In case 37986/2018 Taylor v RAF the following order is made:
a. The matter is
postponed sine die.
b. This judgment is
to be brought to the attention of any court called upon to enforce
the purported settlement
agreement.
c. The conduct
of De Broglio Inc, Ms de Swardt, and Mr van den Barselaar is referred
to the Legal Practice
Counsel.
d. The conduct of Dr
Kevin Scheepers in this matter is referred to the Health Professions
Council of South Africa
(HPCSA).
e. The conduct of Mr
Ivan Kramer is referred to the Actuarial Society of South Africa.
2.
In case 13753/2019 Mathonsi v RAF the following order is made:
a. The matter is
postponed sine die.
b. This judgment is
to be brought to the attention of any court called upon to enforce
the purported settlement
agreement.
c. The conduct
of De Broglio Inc is referred to the Legal Practice Counsel.
d. The conduct of Dr
Kevin Scheepers in this matter is referred to the HPCSA.
e. The conduct of Mr
Ivan Kramer is referred to the Actuarial Society of South Africa.
3.
A copy of this judgment is to be delivered to:
a. the Minister of
Transport;
b. the Acting Chief
Executive Officer of the Road Accident Fund; and
c. the
National Director of Public Prosecutions.

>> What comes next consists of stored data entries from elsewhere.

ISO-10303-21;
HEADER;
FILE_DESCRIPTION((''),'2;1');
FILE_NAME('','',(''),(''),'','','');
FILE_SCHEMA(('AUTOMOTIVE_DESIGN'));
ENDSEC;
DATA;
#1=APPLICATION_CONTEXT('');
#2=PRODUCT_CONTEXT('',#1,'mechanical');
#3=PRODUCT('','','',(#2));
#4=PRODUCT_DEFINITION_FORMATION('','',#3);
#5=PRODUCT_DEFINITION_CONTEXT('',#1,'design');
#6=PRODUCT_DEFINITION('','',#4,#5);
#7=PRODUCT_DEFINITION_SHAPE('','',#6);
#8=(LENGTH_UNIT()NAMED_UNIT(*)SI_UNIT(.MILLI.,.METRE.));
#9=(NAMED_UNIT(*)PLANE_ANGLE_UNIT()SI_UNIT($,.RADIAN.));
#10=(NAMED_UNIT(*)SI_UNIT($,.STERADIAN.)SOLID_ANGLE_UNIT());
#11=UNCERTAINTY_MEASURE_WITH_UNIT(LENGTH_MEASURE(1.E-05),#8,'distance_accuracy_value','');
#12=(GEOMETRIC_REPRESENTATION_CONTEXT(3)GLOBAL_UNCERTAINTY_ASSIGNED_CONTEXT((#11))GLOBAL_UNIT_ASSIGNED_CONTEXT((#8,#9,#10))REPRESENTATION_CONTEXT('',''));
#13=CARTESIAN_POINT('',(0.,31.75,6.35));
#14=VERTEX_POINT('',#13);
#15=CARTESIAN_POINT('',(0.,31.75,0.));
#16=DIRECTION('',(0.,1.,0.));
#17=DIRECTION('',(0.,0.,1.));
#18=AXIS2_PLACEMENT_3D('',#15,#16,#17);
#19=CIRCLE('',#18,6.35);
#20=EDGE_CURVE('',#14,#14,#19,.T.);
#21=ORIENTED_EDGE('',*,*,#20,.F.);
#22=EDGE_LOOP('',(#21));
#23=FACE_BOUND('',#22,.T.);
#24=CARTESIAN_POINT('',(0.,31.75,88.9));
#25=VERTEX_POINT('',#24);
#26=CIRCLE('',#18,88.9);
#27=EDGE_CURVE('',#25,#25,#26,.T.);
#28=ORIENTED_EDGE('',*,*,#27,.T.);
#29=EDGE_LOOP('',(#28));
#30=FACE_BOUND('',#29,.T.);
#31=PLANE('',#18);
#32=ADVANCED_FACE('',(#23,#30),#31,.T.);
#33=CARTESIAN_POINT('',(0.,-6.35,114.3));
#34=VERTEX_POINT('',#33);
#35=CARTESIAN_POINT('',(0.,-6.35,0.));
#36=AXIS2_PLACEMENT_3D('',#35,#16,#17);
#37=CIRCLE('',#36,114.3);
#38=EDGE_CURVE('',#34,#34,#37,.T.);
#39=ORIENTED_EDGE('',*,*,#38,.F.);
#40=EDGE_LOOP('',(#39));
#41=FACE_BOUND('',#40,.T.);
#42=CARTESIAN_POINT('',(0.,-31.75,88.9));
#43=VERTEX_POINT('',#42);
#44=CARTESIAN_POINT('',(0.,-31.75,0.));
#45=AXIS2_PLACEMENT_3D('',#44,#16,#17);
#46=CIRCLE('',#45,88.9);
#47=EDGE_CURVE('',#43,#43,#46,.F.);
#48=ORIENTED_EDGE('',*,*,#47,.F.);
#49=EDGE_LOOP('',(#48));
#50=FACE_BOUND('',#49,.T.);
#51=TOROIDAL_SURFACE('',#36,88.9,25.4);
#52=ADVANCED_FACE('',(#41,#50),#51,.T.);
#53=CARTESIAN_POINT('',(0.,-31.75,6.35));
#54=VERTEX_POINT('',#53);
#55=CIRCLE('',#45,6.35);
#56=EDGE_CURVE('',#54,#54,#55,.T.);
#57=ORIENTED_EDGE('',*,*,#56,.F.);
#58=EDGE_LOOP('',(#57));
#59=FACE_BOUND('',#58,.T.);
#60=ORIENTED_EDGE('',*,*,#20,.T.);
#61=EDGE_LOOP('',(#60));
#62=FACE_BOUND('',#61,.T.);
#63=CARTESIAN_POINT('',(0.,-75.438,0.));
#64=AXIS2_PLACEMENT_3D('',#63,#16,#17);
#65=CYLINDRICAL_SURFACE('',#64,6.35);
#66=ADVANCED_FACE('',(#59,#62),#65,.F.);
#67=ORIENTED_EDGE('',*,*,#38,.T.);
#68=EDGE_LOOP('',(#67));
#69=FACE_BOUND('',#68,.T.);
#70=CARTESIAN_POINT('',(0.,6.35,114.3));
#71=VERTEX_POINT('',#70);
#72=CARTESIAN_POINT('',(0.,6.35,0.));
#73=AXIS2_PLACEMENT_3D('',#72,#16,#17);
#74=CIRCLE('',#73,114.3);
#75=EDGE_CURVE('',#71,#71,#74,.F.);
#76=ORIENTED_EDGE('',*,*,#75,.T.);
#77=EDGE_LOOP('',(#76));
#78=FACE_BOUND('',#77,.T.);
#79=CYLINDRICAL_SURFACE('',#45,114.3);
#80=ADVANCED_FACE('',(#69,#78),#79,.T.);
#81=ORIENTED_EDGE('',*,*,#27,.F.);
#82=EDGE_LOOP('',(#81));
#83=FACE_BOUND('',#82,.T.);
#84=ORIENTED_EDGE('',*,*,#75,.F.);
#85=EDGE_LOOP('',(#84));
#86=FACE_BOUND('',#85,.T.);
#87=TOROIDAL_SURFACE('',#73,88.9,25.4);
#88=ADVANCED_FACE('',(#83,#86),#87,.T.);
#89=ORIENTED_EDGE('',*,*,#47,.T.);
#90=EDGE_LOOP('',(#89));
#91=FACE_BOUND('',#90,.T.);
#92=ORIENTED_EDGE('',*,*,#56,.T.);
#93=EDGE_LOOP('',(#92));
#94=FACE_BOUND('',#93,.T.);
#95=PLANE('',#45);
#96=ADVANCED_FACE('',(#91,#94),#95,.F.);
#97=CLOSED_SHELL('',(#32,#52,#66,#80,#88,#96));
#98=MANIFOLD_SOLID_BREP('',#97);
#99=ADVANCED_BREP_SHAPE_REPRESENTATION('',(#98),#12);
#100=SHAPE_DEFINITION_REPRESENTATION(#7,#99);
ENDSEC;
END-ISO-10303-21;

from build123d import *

# Parameters (mm, degrees)
BOSS_EXTRUDE1_DEPTH      = 31.75
BOSS_EXTRUDE1_DEPTH_BACK = 31.75
SKETCH1_R                = 114.3
FILLET1_R                = 25.4
SKETCH2_R                = 6.35
CUT_EXTRUDE1_DEPTH       = 107.188


with BuildPart() as part:
    # Sketch1 → Boss-Extrude1 (new, two sides: drawn at the far end of the back side and taken through both)
    with BuildSketch(Plane(origin=(0, 0, 0), x_dir=(1, 0, 0), z_dir=(0, 1, 0)).offset(-BOSS_EXTRUDE1_DEPTH_BACK)):
        Circle(SKETCH1_R)
    extrude(amount=BOSS_EXTRUDE1_DEPTH + BOSS_EXTRUDE1_DEPTH_BACK)

    # Fillet1
    fillet1_edges = [part.edges().sort_by_distance(p)[0] for p in [
        (-114.3, -31.75, 0),
        (-114.3, 31.75, 0),
    ]]
    fillet(fillet1_edges, radius=FILLET1_R)

    # Sketch2 → Cut-Extrude1 (cut)
    with BuildSketch(Plane(origin=(0, 31.75, 0), x_dir=(1, 0, 0), z_dir=(0, 1, 0))):
        Circle(SKETCH2_R)
    extrude(amount=-CUT_EXTRUDE1_DEPTH, mode=Mode.SUBTRACT)


solid = part.part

4. Each party shall pay their own
costs.’
Appealability
[24]
Ms Taylor applied for leave to appeal against paras 1a and 1b of the
order. Mr Mathonsi applied
for leave to appeal against paras 2a and
2b of the order. The RAF applied for leave to appeal against all of
these paras of the
order (collectively the postponements). De Broglio
Inc, Ms De Swardt, Mr Van den Barselaar and Mr Kramer (the affected
persons)
separately applied for leave to intervene and for leave to
appeal against the respective paragraphs of the order that affected
them (collectively the referrals). (Dr Scheepers did not challenge
the orders that affected him).
[25]
The court dismissed the applications for leave to appeal of Ms
Taylor, Mr Mathonsi and the RAF,
on the ground that it had made no
appealable order in respect of these parties. The court also
dismissed the applications for intervention.
On this basis, the
applications of the affected persons for leave to appeal, fell away.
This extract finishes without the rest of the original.